- SOURCE INFORMATION
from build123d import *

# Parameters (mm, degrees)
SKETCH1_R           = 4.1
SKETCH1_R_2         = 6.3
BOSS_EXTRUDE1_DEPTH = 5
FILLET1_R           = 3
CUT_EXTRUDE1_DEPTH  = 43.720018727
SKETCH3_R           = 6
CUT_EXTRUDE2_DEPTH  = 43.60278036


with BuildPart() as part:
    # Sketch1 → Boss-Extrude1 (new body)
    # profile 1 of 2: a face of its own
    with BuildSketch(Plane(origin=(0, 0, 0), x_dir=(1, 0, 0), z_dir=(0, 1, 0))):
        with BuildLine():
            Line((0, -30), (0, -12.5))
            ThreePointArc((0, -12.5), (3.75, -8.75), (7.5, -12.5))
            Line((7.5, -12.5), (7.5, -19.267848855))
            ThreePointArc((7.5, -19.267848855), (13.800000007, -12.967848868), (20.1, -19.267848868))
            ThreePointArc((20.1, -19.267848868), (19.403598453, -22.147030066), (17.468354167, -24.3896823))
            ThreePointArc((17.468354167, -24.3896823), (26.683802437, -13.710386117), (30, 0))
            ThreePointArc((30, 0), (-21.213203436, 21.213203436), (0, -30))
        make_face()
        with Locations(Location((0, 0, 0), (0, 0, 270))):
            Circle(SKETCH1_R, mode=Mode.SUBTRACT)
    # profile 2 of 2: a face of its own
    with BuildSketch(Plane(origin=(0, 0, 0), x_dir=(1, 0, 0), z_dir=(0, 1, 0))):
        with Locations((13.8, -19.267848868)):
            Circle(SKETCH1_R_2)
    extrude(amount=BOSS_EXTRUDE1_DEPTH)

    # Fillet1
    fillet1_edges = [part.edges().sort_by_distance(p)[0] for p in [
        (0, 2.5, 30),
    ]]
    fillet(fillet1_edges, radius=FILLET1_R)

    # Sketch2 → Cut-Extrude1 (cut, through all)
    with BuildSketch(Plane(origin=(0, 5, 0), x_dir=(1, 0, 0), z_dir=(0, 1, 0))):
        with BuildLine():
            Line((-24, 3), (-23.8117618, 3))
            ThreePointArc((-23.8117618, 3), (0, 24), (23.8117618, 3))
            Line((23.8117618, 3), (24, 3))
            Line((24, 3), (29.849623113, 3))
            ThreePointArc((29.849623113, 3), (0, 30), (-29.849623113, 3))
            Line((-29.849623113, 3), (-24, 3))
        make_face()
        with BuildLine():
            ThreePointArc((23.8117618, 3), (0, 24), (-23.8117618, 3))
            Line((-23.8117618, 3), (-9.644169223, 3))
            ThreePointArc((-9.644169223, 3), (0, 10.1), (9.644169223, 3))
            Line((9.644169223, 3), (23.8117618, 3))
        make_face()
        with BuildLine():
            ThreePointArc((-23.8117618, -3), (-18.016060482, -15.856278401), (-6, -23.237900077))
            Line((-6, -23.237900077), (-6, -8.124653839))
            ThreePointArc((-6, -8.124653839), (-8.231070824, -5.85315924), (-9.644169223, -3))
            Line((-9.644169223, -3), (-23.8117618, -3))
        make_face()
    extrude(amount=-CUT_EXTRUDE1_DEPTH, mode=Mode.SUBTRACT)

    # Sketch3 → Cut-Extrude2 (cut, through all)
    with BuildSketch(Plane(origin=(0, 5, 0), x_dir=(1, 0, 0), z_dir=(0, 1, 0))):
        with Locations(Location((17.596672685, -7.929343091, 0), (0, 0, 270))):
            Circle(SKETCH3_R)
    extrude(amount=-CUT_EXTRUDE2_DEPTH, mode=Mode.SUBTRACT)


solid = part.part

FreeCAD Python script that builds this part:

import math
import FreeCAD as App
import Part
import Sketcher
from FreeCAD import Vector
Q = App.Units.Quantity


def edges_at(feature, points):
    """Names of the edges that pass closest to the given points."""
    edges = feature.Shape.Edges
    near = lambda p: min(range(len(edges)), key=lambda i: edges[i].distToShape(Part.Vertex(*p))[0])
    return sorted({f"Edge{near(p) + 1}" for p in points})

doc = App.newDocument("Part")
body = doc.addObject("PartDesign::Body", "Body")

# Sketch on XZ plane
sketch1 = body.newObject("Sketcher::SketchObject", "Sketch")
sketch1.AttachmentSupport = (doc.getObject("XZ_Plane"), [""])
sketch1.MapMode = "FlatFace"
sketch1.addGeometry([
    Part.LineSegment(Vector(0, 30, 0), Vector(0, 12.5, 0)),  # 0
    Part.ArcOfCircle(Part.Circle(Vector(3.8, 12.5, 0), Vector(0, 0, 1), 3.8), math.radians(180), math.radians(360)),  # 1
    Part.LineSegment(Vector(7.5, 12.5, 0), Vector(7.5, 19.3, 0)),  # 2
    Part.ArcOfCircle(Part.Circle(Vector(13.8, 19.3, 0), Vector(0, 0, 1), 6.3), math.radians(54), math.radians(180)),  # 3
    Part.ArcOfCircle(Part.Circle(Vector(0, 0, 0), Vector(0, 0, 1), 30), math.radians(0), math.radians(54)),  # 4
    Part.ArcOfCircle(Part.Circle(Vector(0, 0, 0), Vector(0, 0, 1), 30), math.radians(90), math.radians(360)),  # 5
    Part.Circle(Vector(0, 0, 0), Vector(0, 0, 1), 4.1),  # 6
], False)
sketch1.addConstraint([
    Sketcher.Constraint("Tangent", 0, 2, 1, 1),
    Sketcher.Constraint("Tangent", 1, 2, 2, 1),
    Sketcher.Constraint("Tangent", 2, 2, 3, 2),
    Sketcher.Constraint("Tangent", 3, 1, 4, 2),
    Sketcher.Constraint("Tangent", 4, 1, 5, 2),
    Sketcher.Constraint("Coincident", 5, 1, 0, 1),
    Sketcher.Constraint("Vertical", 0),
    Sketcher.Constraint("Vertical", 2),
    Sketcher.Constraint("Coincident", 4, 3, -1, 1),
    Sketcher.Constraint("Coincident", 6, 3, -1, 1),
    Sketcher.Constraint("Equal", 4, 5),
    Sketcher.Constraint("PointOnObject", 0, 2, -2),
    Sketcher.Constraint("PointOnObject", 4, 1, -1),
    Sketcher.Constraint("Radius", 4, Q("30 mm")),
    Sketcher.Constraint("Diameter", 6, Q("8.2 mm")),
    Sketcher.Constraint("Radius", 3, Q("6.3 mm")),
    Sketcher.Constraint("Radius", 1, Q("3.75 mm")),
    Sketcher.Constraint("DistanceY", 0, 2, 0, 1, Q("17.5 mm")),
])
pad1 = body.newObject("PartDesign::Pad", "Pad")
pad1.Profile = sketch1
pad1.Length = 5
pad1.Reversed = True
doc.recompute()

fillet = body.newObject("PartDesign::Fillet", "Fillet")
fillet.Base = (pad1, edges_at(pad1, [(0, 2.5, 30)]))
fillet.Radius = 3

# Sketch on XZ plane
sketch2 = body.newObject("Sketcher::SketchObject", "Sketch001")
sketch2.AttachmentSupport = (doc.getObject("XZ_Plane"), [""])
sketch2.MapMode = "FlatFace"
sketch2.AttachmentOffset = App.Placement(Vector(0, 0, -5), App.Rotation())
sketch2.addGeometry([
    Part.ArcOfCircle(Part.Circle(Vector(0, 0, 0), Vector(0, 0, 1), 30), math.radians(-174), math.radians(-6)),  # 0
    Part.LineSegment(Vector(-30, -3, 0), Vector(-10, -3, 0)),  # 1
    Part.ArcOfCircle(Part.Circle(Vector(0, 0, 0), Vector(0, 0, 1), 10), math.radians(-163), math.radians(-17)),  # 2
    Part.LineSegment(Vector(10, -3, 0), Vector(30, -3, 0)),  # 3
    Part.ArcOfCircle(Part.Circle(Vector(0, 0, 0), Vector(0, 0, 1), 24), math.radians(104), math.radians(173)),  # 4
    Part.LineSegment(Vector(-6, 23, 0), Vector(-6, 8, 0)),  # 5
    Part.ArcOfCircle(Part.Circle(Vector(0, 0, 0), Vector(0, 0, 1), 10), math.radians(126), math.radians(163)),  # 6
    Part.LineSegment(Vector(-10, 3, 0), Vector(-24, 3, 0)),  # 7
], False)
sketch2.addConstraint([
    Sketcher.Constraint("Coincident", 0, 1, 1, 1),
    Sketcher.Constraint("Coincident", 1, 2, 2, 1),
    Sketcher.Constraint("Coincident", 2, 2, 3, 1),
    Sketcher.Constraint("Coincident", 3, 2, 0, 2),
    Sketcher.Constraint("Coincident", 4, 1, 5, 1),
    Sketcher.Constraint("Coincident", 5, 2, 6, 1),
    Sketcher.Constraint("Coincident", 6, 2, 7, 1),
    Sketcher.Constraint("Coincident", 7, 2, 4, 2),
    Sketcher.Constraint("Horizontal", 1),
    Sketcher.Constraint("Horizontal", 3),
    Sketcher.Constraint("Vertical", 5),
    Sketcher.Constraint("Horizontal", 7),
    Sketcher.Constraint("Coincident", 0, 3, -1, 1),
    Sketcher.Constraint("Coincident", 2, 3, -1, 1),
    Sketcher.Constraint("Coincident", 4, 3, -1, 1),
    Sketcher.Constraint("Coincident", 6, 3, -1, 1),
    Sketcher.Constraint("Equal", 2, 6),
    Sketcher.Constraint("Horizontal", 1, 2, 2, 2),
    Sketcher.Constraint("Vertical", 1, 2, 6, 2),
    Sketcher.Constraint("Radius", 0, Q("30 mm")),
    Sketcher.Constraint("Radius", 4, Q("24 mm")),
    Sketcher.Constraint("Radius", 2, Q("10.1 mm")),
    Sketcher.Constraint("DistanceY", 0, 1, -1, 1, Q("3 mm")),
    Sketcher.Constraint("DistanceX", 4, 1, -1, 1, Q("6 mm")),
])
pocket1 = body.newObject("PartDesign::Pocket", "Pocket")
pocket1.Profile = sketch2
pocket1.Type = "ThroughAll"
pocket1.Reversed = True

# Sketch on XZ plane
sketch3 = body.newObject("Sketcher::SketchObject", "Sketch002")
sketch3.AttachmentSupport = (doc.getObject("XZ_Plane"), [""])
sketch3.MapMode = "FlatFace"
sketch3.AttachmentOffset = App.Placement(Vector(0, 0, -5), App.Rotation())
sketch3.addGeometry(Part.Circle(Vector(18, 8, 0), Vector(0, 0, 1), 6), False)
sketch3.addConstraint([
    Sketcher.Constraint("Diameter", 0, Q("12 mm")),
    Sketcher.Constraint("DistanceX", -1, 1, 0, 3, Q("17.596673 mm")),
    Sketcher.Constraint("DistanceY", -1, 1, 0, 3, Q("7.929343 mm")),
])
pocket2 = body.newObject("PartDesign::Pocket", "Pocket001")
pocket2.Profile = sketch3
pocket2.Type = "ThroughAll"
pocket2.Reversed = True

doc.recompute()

---

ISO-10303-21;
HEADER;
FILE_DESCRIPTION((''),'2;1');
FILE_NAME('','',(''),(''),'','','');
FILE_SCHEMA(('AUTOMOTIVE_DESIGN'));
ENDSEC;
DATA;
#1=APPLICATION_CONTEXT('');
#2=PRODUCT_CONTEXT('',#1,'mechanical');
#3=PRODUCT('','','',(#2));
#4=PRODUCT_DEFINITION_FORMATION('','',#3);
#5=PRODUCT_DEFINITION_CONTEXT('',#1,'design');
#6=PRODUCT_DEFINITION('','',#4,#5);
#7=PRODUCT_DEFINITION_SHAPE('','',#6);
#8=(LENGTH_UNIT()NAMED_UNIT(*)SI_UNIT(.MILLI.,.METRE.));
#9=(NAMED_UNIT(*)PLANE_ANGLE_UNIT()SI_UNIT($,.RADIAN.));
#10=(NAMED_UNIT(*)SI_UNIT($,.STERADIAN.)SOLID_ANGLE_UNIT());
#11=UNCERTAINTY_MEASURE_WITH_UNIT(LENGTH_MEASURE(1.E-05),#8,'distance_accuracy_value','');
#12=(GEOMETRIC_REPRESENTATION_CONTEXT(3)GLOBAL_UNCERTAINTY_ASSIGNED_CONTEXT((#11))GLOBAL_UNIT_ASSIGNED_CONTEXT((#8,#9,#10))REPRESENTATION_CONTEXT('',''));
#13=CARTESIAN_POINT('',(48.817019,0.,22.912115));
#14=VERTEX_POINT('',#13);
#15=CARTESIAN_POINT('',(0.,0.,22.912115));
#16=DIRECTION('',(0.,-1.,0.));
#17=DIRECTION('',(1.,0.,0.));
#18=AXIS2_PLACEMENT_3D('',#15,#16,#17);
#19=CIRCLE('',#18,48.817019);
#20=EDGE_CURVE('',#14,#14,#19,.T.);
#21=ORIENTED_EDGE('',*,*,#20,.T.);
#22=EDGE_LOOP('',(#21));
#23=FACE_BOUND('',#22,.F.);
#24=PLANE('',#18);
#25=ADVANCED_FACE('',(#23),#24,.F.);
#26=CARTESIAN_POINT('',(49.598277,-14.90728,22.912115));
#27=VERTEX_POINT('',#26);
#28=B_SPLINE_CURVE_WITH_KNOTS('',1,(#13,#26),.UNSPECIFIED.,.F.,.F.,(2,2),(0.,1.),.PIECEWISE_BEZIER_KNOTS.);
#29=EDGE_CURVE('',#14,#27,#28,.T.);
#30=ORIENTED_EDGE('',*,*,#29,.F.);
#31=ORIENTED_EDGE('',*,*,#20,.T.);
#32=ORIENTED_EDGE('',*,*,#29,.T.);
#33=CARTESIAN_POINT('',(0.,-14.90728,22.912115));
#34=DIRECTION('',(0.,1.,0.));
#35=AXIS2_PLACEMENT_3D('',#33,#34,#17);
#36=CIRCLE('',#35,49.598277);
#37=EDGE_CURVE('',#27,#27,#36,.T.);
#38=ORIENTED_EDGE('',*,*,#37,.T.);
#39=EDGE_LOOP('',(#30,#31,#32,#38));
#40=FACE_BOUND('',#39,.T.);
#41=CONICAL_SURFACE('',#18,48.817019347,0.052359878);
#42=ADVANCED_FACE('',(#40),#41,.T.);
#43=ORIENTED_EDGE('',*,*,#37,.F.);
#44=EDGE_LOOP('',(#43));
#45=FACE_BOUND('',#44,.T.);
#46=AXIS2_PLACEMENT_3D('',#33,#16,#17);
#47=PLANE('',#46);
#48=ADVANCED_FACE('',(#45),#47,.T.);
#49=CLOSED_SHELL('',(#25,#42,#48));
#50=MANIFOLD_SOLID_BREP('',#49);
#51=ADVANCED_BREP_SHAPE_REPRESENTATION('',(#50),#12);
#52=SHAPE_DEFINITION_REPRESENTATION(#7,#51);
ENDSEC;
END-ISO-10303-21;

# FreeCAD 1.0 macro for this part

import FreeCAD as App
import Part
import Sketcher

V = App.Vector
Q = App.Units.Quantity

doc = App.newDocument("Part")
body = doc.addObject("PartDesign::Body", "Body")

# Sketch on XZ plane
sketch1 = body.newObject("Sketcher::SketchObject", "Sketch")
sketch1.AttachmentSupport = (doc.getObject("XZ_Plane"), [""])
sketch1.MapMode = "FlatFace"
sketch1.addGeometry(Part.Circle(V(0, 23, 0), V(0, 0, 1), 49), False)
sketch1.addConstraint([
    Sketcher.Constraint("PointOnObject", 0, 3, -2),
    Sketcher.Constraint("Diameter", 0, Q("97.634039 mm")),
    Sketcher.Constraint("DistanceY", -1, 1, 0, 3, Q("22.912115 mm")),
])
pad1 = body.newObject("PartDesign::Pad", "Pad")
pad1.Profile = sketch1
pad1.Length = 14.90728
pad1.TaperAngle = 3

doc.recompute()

- AIM OF THE EXERCISE
Pick out the lines above containing the word "this", then copy them.

- WRITTEN SOLUTION
FreeCAD Python script that builds this part:
# FreeCAD 1.0 macro for this part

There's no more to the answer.